3.1. Fractional Open-Circuit Voltage
The method is based on the observation that, the ratio between array voltage at maximum power VMPP to its open circuit voltage VOC is nearly constant.
VMPP ≈ k1 VOC
This factor k1 has been reported to be between 0.71 and 0.78. Once the constant k1 is known, VMPP is computed by measuring VOC periodically. Although the implementation of this method is simple and cheap, its tracking efficiency is relatively low due to the utilization of inaccurate values of the constant k1 in the computation of VMMP.
3.2. Fractional Short-Circuit Current
The method results from the fact that, the current at maximum power point IMPP is approximately linearly related to the short circuit current ISC of the PV array.
IMPP ≈ k2 ISC
Like in the fractional voltage method, k2 is not constant. It is found to be between 0.78 and 0.92. The accuracy of the method and tracking efficiency depends on the accuracy of K2and periodic measurement of short circuit current.



PROPOSED MPPT METHOD
Most MPPT techniques attempt to find (search) the PV voltage that results in the maximum power point VMPP, or to find the PV current IMPP corresponding to the maximum power point. The proposed algorithm tracks neither the VMPP nor the IMPP. However, it tracks directly the maximum possible power PMAX that can be extracted from the PV.
The proposed algorithm is divided into two major parts: maximum power computation, and direct power control of the power drawn from the PV.
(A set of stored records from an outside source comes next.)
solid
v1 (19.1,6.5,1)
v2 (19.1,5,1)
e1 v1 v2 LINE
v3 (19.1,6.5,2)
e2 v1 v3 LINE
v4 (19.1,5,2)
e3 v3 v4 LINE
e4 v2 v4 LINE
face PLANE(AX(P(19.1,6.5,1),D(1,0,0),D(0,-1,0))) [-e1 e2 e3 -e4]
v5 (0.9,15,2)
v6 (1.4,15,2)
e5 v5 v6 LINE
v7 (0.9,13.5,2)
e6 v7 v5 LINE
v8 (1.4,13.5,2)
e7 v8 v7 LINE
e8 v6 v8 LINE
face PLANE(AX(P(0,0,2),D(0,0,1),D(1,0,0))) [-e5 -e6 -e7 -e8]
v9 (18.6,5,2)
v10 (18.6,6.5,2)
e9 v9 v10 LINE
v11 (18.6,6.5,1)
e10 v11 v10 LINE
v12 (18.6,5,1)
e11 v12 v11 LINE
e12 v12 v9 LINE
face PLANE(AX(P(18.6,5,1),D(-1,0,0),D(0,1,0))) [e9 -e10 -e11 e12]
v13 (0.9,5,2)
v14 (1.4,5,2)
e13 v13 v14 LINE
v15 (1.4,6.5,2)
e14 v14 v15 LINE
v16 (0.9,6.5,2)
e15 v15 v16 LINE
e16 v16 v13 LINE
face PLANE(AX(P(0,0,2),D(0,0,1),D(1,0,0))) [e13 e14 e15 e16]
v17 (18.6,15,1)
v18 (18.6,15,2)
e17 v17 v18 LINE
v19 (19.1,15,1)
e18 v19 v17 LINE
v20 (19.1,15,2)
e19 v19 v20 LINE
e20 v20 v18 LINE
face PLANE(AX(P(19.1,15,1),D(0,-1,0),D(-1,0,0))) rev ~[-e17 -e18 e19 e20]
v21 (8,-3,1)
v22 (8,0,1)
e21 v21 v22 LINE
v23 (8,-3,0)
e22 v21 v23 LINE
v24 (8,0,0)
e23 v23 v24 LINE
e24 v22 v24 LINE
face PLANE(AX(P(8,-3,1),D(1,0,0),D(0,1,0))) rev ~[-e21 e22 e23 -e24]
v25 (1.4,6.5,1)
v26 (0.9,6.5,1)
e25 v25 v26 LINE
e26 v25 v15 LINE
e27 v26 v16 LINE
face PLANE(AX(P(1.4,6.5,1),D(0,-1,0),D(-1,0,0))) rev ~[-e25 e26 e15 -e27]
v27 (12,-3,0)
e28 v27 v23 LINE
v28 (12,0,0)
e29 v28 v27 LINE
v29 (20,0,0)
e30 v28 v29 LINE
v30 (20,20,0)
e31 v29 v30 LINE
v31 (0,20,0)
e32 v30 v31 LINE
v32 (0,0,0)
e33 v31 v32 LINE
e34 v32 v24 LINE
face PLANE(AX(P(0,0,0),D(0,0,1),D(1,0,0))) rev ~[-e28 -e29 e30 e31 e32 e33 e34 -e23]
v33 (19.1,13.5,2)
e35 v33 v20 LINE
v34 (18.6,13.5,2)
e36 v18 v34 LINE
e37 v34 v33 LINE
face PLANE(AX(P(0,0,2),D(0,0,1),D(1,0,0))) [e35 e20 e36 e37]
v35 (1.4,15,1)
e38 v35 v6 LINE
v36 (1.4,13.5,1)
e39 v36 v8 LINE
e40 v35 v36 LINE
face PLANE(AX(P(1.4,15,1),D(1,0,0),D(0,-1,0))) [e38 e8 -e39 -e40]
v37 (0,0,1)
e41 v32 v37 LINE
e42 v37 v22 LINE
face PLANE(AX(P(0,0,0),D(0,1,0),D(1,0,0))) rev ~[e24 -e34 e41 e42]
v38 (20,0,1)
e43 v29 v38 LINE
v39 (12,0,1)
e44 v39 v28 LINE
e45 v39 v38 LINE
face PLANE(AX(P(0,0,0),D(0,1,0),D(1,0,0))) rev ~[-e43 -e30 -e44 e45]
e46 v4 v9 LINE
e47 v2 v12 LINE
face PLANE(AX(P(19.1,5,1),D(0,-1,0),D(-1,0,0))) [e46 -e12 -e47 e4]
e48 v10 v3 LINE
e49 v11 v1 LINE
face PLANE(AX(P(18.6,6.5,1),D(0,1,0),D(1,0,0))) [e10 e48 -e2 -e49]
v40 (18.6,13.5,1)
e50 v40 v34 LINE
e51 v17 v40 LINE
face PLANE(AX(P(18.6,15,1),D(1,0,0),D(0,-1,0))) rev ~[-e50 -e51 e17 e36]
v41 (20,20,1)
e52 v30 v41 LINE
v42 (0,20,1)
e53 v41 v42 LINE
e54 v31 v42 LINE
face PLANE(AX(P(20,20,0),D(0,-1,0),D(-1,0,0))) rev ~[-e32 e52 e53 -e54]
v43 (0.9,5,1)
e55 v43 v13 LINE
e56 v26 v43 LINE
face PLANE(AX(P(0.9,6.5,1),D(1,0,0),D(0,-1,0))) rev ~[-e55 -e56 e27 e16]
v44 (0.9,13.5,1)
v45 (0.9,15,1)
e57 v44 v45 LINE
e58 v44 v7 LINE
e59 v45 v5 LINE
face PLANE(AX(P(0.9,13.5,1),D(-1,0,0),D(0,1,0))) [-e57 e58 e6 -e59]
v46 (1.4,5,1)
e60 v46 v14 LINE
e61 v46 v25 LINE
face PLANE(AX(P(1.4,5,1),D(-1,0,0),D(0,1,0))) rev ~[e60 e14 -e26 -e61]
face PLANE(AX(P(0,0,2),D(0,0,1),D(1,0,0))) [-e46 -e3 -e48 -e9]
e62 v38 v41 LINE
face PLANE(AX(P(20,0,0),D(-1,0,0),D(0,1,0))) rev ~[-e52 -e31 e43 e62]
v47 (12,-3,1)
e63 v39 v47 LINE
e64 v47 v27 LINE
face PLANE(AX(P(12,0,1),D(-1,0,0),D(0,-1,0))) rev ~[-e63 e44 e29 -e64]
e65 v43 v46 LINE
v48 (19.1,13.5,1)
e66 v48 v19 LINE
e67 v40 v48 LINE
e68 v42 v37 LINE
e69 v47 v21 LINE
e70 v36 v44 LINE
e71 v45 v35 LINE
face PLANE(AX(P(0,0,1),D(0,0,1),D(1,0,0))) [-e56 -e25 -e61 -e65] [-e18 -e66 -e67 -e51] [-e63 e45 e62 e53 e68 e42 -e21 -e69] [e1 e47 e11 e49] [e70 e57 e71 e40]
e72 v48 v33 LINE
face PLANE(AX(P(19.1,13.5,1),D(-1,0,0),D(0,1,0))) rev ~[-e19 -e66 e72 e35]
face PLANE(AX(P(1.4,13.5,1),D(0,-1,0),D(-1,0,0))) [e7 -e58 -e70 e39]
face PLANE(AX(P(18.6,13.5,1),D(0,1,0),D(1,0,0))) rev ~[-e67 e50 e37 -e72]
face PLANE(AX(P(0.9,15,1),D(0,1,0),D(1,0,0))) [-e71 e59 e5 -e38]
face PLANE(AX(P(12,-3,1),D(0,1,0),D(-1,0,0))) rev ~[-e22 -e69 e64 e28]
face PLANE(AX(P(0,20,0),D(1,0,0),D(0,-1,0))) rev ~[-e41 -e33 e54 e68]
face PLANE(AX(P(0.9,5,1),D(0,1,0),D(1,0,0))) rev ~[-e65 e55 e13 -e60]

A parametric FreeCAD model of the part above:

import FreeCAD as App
import Part
import Sketcher
Q = App.Units.Quantity

doc = App.newDocument("Part")
body = doc.addObject("PartDesign::Body", "Body")

# Sketch on XY plane
sketch1 = body.newObject("Sketcher::SketchObject", "Sketch")
sketch1.AttachmentSupport = (doc.getObject("XY_Plane"), [""])
sketch1.MapMode = "FlatFace"
sketch1.addGeometry([
    Part.LineSegment(App.Vector(0, 20, 0), App.Vector(0, 0, 0)),
    Part.LineSegment(App.Vector(0, 0, 0), App.Vector(20, 0, 0)),
    Part.LineSegment(App.Vector(20, 0, 0), App.Vector(20, 20, 0)),
    Part.LineSegment(App.Vector(20, 20, 0), App.Vector(0, 20, 0)),
], False)
sketch1.addConstraint([
    Sketcher.Constraint("Coincident", 0, 2, 1, 1),
    Sketcher.Constraint("Coincident", 1, 2, 2, 1),
    Sketcher.Constraint("Coincident", 2, 2, 3, 1),
    Sketcher.Constraint("Coincident", 3, 2, 0, 1),
    Sketcher.Constraint("Vertical", 0),
    Sketcher.Constraint("Horizontal", 1),
    Sketcher.Constraint("Vertical", 2),
    Sketcher.Constraint("Horizontal", 3),
    Sketcher.Constraint("Coincident", 0, 2, -1, 1),
    Sketcher.Constraint("Equal", 3, 0),
    Sketcher.Constraint("DistanceX", 1, 1, 1, 2, Q("20 mm")),
])
pad1 = body.newObject("PartDesign::Pad", "Pad")
pad1.Profile = sketch1
pad1.Length = 1

# Sketch on XY plane
sketch2 = body.newObject("Sketcher::SketchObject", "Sketch001")
sketch2.AttachmentSupport = (doc.getObject("XY_Plane"), [""])
sketch2.MapMode = "FlatFace"
sketch2.AttachmentOffset = App.Placement(App.Vector(0, 0, 1), App.Rotation())
sketch2.addGeometry([
    Part.LineSegment(App.Vector(1.4, 15, 0), App.Vector(0.9, 15, 0)),  # 0
    Part.LineSegment(App.Vector(0.9, 15, 0), App.Vector(0.9, 13.5, 0)),  # 1
    Part.LineSegment(App.Vector(0.9, 13.5, 0), App.Vector(1.4, 13.5, 0)),  # 2
    Part.LineSegment(App.Vector(1.4, 13.5, 0), App.Vector(1.4, 15, 0)),  # 3
    Part.LineSegment(App.Vector(0.9, 6.5, 0), App.Vector(0.9, 5, 0)),  # 4
    Part.LineSegment(App.Vector(0.9, 5, 0), App.Vector(1.4, 5, 0)),  # 5
    Part.LineSegment(App.Vector(1.4, 5, 0), App.Vector(1.4, 6.5, 0)),  # 6
    Part.LineSegment(App.Vector(1.4, 6.5, 0), App.Vector(0.9, 6.5, 0)),  # 7
    Part.LineSegment(App.Vector(19.1, 13.5, 0), App.Vector(19.1, 15, 0)),  # 8
    Part.LineSegment(App.Vector(19.1, 15, 0), App.Vector(18.6, 15, 0)),  # 9
    Part.LineSegment(App.Vector(18.6, 15, 0), App.Vector(18.6, 13.5, 0)),  # 10
    Part.LineSegment(App.Vector(18.6, 13.5, 0), App.Vector(19.1, 13.5, 0)),  # 11
    Part.LineSegment(App.Vector(18.6, 5, 0), App.Vector(19.1, 5, 0)),  # 12
    Part.LineSegment(App.Vector(19.1, 5, 0), App.Vector(19.1, 6.5, 0)),  # 13
    Part.LineSegment(App.Vector(19.1, 6.5, 0), App.Vector(18.6, 6.5, 0)),  # 14
    Part.LineSegment(App.Vector(18.6, 6.5, 0), App.Vector(18.6, 5, 0)),  # 15
], False)
sketch2.addConstraint([
    Sketcher.Constraint("Coincident", 0, 2, 1, 1),
    Sketcher.Constraint("Coincident", 1, 2, 2, 1),
    Sketcher.Constraint("Coincident", 2, 2, 3, 1),
    Sketcher.Constraint("Coincident", 3, 2, 0, 1),
    Sketcher.Constraint("Coincident", 4, 2, 5, 1),
    Sketcher.Constraint("Coincident", 5, 2, 6, 1),
    Sketcher.Constraint("Coincident", 6, 2, 7, 1),
    Sketcher.Constraint("Coincident", 7, 2, 4, 1),
    Sketcher.Constraint("Coincident", 8, 2, 9, 1),
    Sketcher.Constraint("Coincident", 9, 2, 10, 1),
    Sketcher.Constraint("Coincident", 10, 2, 11, 1),
    Sketcher.Constraint("Coincident", 11, 2, 8, 1),
    Sketcher.Constraint("Coincident", 12, 2, 13, 1),
    Sketcher.Constraint("Coincident", 13, 2, 14, 1),
    Sketcher.Constraint("Coincident", 14, 2, 15, 1),
    Sketcher.Constraint("Coincident", 15, 2, 12, 1),
    Sketcher.Constraint("Horizontal", 0),
    Sketcher.Constraint("Vertical", 1),
    Sketcher.Constraint("Horizontal", 2),
    Sketcher.Constraint("Vertical", 3),
    Sketcher.Constraint("Vertical", 4),
    Sketcher.Constraint("Horizontal", 5),
    Sketcher.Constraint("Vertical", 6),
    Sketcher.Constraint("Horizontal", 7),
    Sketcher.Constraint("Vertical", 8),
    Sketcher.Constraint("Horizontal", 9),
    Sketcher.Constraint("Vertical", 10),
    Sketcher.Constraint("Horizontal", 11),
    Sketcher.Constraint("Horizontal", 12),
    Sketcher.Constraint("Vertical", 13),
    Sketcher.Constraint("Horizontal", 14),
    Sketcher.Constraint("Vertical", 15),
    Sketcher.Constraint("Horizontal", 3, 2, 8, 2),
    Sketcher.Constraint("Horizontal", 2, 2, 10, 2),
    Sketcher.Constraint("Horizontal", 5, 2, 12, 2),
    Sketcher.Constraint("Horizontal", 7, 2, 13, 2),
    Sketcher.Constraint("Vertical", 1, 2, 4, 2),
    Sketcher.Constraint("Vertical", 3, 2, 5, 2),
    Sketcher.Constraint("Vertical", 11, 2, 12, 2),
    Sketcher.Constraint("Vertical", 10, 2, 14, 2),
    Sketcher.Constraint("Equal", 7, 9),
    Sketcher.Constraint("Equal", 3, 4),
    Sketcher.Constraint("DistanceX", 0, 2, 0, 1, Q("0.5 mm")),
    Sketcher.Constraint("DistanceY", 1, 2, 1, 1, Q("1.5 mm")),
    Sketcher.Constraint("DistanceY", -1, 1, 4, 2, Q("5 mm")),
    Sketcher.Constraint("DistanceX", -1, 1, 0, 2, Q("0.9 mm")),
    Sketcher.Constraint("DistanceY", -1, 1, 0, 2, Q("15 mm")),
    Sketcher.Constraint("DistanceX", -1, 1, 8, 2, Q("19.1 mm")),
])
pad2 = body.newObject("PartDesign::Pad", "Pad001")
pad2.Profile = sketch2
pad2.Length = 1

# Sketch on XY plane
sketch3 = body.newObject("Sketcher::SketchObject", "Sketch002")
sketch3.AttachmentSupport = (doc.getObject("XY_Plane"), [""])
sketch3.MapMode = "FlatFace"
sketch3.AttachmentOffset = App.Placement(App.Vector(0, 0, 1), App.Rotation())
sketch3.addGeometry([
    Part.LineSegment(App.Vector(12, 0, 0), App.Vector(8, 0, 0)),
    Part.LineSegment(App.Vector(8, 0, 0), App.Vector(8, -3, 0)),
    Part.LineSegment(App.Vector(8, -3, 0), App.Vector(12, -3, 0)),
    Part.LineSegment(App.Vector(12, -3, 0), App.Vector(12, 0, 0)),
], False)
sketch3.addConstraint([
    Sketcher.Constraint("Coincident", 0, 2, 1, 1),
    Sketcher.Constraint("Coincident", 1, 2, 2, 1),
    Sketcher.Constraint("Coincident", 2, 2, 3, 1),
    Sketcher.Constraint("Coincident", 3, 2, 0, 1),
    Sketcher.Constraint("Horizontal", 0),
    Sketcher.Constraint("Vertical", 1),
    Sketcher.Constraint("Horizontal", 2),
    Sketcher.Constraint("Vertical", 3),
    Sketcher.Constraint("PointOnObject", 0, 2, -1),
    Sketcher.Constraint("DistanceY", 1, 2, 1, 1, Q("3 mm")),
    Sketcher.Constraint("DistanceX", -1, 1, 0, 2, Q("8 mm")),
    Sketcher.Constraint("DistanceX", 0, 2, 0, 1, Q("4 mm")),
])
pad3 = body.newObject("PartDesign::Pad", "Pad002")
pad3.Profile = sketch3
pad3.Length = 1
pad3.Reversed = True

doc.recompute()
The flowchart of the proposed MPPT method is shown in Fig. 2. The algorithm gradually increases the computed value of PMAX and controls the power extracted from the PV to this value. If the actual power is well controlled within the tolerance band of the hysteresis controller, the partial tracking is succeeded and PMAX can be increased to greater value. But, if the power controller fails to track the PMAX, this means that the computed PMAX is greater than the maximum possible power of the PV. Therefore, a reduction (decreasing) in the computed PMAX must be done until the error between PMAX and PACT is limited between upper and lower limit.


CONCLUSION
The paper proposes a simple MPPT method that requires only measurements of PV voltage and current with the need to any environmental measurements (temperature, irradiance).The method is considered as a modified perturb and observe method. However, the principle difference between the proposed method and any other tracking method, is that the proposed method attempts to track and compute the maximum power and controls directly the extracted power from the PV to that computed value. While, any other method attempts to reach the maximum point by the knowledge of the voltage or the current corresponding to that optimum point. The proposed method offers different advantages which are: good tracking efficiency, relatively high convergence speed and well control for the extracted power thanks to the direct power control unit based on the ON/OFF hysteresis controller.